#### What to do
Scan the data for "projected" and copy the lines it appears in.
⁂
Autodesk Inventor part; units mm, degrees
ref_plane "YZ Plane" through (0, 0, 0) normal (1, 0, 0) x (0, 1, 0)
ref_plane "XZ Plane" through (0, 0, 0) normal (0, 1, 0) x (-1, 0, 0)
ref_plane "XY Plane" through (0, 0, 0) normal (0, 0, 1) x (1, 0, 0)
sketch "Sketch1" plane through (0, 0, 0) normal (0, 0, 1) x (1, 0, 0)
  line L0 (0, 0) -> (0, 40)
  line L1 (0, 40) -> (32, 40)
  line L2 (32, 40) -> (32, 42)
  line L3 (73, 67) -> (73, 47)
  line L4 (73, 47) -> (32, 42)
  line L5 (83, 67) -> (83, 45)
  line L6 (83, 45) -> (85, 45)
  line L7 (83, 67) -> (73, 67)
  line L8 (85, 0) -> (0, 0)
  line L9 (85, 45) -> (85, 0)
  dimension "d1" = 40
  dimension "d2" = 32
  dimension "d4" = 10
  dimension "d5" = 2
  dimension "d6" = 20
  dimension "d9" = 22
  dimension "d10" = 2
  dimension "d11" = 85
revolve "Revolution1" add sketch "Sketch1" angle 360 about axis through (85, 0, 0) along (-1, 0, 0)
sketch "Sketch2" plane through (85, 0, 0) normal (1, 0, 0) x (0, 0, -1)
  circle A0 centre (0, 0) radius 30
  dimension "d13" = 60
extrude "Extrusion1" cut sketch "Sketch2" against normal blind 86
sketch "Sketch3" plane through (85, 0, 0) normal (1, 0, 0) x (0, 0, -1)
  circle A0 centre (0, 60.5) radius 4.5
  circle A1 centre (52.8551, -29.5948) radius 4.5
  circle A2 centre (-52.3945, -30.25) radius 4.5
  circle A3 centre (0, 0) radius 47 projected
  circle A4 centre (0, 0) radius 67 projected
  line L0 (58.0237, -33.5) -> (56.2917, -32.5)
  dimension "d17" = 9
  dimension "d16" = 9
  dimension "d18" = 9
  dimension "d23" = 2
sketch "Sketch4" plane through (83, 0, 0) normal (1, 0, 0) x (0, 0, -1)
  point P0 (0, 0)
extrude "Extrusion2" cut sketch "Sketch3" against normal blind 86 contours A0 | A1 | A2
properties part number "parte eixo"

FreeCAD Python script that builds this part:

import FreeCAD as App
import Part
import Sketcher

doc = App.newDocument("Part")
body = doc.addObject("PartDesign::Body", "Body")

# Sketch on XY plane
sketch1 = body.newObject("Sketcher::SketchObject", "Sketch")
sketch1.AttachmentSupport = (doc.getObject("XY_Plane"), [""])
sketch1.MapMode = "FlatFace"
sketch1.addGeometry(Part.LineSegment(App.Vector(0, 40, 0), App.Vector(0, 0, 0)), False)
sketch1.addGeometry(Part.LineSegment(App.Vector(0, 0, 0), App.Vector(85, 0, 0)), False)
sketch1.addGeometry(Part.LineSegment(App.Vector(85, 0, 0), App.Vector(85, 45, 0)), False)
sketch1.addGeometry(Part.LineSegment(App.Vector(85, 45, 0), App.Vector(83, 45, 0)), False)
sketch1.addGeometry(Part.LineSegment(App.Vector(83, 45, 0), App.Vector(83, 67, 0)), False)
sketch1.addGeometry(Part.LineSegment(App.Vector(83, 67, 0), App.Vector(73, 67, 0)), False)
sketch1.addGeometry(Part.LineSegment(App.Vector(73, 67, 0), App.Vector(73, 47, 0)), False)
sketch1.addGeometry(Part.LineSegment(App.Vector(73, 47, 0), App.Vector(32, 42, 0)), False)
sketch1.addGeometry(Part.LineSegment(App.Vector(32, 42, 0), App.Vector(32, 40, 0)), False)
sketch1.addGeometry(Part.LineSegment(App.Vector(32, 40, 0), App.Vector(0, 40, 0)), False)
sketch1.addConstraint(Sketcher.Constraint("Coincident", 0, 2, 1, 1))
sketch1.addConstraint(Sketcher.Constraint("Coincident", 1, 2, 2, 1))
sketch1.addConstraint(Sketcher.Constraint("Coincident", 2, 2, 3, 1))
sketch1.addConstraint(Sketcher.Constraint("Coincident", 3, 2, 4, 1))
sketch1.addConstraint(Sketcher.Constraint("Coincident", 4, 2, 5, 1))
sketch1.addConstraint(Sketcher.Constraint("Coincident", 5, 2, 6, 1))
sketch1.addConstraint(Sketcher.Constraint("Coincident", 6, 2, 7, 1))
sketch1.addConstraint(Sketcher.Constraint("Coincident", 7, 2, 8, 1))
sketch1.addConstraint(Sketcher.Constraint("Coincident", 8, 2, 9, 1))
sketch1.addConstraint(Sketcher.Constraint("Coincident", 9, 2, 0, 1))
sketch1.addConstraint(Sketcher.Constraint("Vertical", 0))
sketch1.addConstraint(Sketcher.Constraint("Horizontal", 1))
sketch1.addConstraint(Sketcher.Constraint("Vertical", 2))
sketch1.addConstraint(Sketcher.Constraint("Horizontal", 3))
sketch1.addConstraint(Sketcher.Constraint("Vertical", 4))
sketch1.addConstraint(Sketcher.Constraint("Horizontal", 5))
sketch1.addConstraint(Sketcher.Constraint("Vertical", 6))
sketch1.addConstraint(Sketcher.Constraint("Vertical", 8))
sketch1.addConstraint(Sketcher.Constraint("Horizontal", 9))
sketch1.addConstraint(Sketcher.Constraint("Coincident", 0, 2, -1, 1))
sketch1.addConstraint(Sketcher.Constraint("Equal", 3, 8))
sketch1.addConstraint(Sketcher.Constraint("DistanceX", 1, 1, 1, 2, 85.0))
sketch1.addConstraint(Sketcher.Constraint("DistanceX", 3, 2, 3, 1, 2.0))
sketch1.addConstraint(Sketcher.Constraint("DistanceX", 5, 2, 5, 1, 10.0))
sketch1.addConstraint(Sketcher.Constraint("DistanceX", 9, 2, 9, 1, 32.0))
sketch1.addConstraint(Sketcher.Constraint("DistanceY", 0, 2, 0, 1, 40.0))
sketch1.addConstraint(Sketcher.Constraint("DistanceY", 4, 1, 4, 2, 22.0))
sketch1.addConstraint(Sketcher.Constraint("DistanceY", 6, 2, 6, 1, 20.0))
sketch1.addConstraint(Sketcher.Constraint("DistanceY", 2, 1, 2, 2, 45.0))
revolution = body.newObject("PartDesign::Revolution", "Revolution")
revolution.Profile = sketch1
revolution.ReferenceAxis = (sketch1, ["H_Axis"])
revolution.Angle = 360

# Sketch on YZ plane
sketch2 = body.newObject("Sketcher::SketchObject", "Sketch001")
sketch2.AttachmentSupport = (doc.getObject("YZ_Plane"), [""])
sketch2.MapMode = "FlatFace"
sketch2.AttachmentOffset = App.Placement(App.Vector(0, 0, 85), App.Rotation())
sketch2.addGeometry(Part.Circle(App.Vector(0, 0, 0), App.Vector(0, 0, 1), 30), False)
sketch2.addConstraint(Sketcher.Constraint("Coincident", 0, 3, -1, 1))
sketch2.addConstraint(Sketcher.Constraint("Diameter", 0, 60.0))
pocket1 = body.newObject("PartDesign::Pocket", "Pocket")
pocket1.Profile = sketch2
pocket1.Length = 86

# Sketch on YZ plane
sketch3 = body.newObject("Sketcher::SketchObject", "Sketch002")
sketch3.AttachmentSupport = (doc.getObject("YZ_Plane"), [""])
sketch3.MapMode = "FlatFace"
sketch3.AttachmentOffset = App.Placement(App.Vector(0, 0, 85), App.Rotation())
sketch3.addGeometry(Part.Circle(App.Vector(60.5, 0, 0), App.Vector(0, 0, 1), 4.5), False)
sketch3.addGeometry(Part.Circle(App.Vector(-29.6, -52.9, 0), App.Vector(0, 0, 1), 4.5), False)
sketch3.addGeometry(Part.Circle(App.Vector(-30.2, 52.4, 0), App.Vector(0, 0, 1), 4.5), False)
sketch3.addConstraint(Sketcher.Constraint("Equal", 0, 1))
sketch3.addConstraint(Sketcher.Constraint("Equal", 1, 2))
sketch3.addConstraint(Sketcher.Constraint("PointOnObject", 0, 3, -1))
sketch3.addConstraint(Sketcher.Constraint("Diameter", 0, 9.0))
sketch3.addConstraint(Sketcher.Constraint("DistanceX", -1, 1, 0, 3, 60.5))
sketch3.addConstraint(Sketcher.Constraint("DistanceX", 2, 3, -1, 1, 30.25))
sketch3.addConstraint(Sketcher.Constraint("DistanceY", 1, 3, -1, 1, 52.855))
sketch3.addConstraint(Sketcher.Constraint("DistanceX", 1, 3, -1, 1, 29.5948))
sketch3.addConstraint(Sketcher.Constraint("DistanceY", -1, 1, 2, 3, 52.3945))
pocket2 = body.newObject("PartDesign::Pocket", "Pocket001")
pocket2.Profile = sketch3
pocket2.Length = 86

doc.recompute()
⁂
#### Solution for this problem
  circle A3 centre (0, 0) radius 47 projected
  circle A4 centre (0, 0) radius 67 projected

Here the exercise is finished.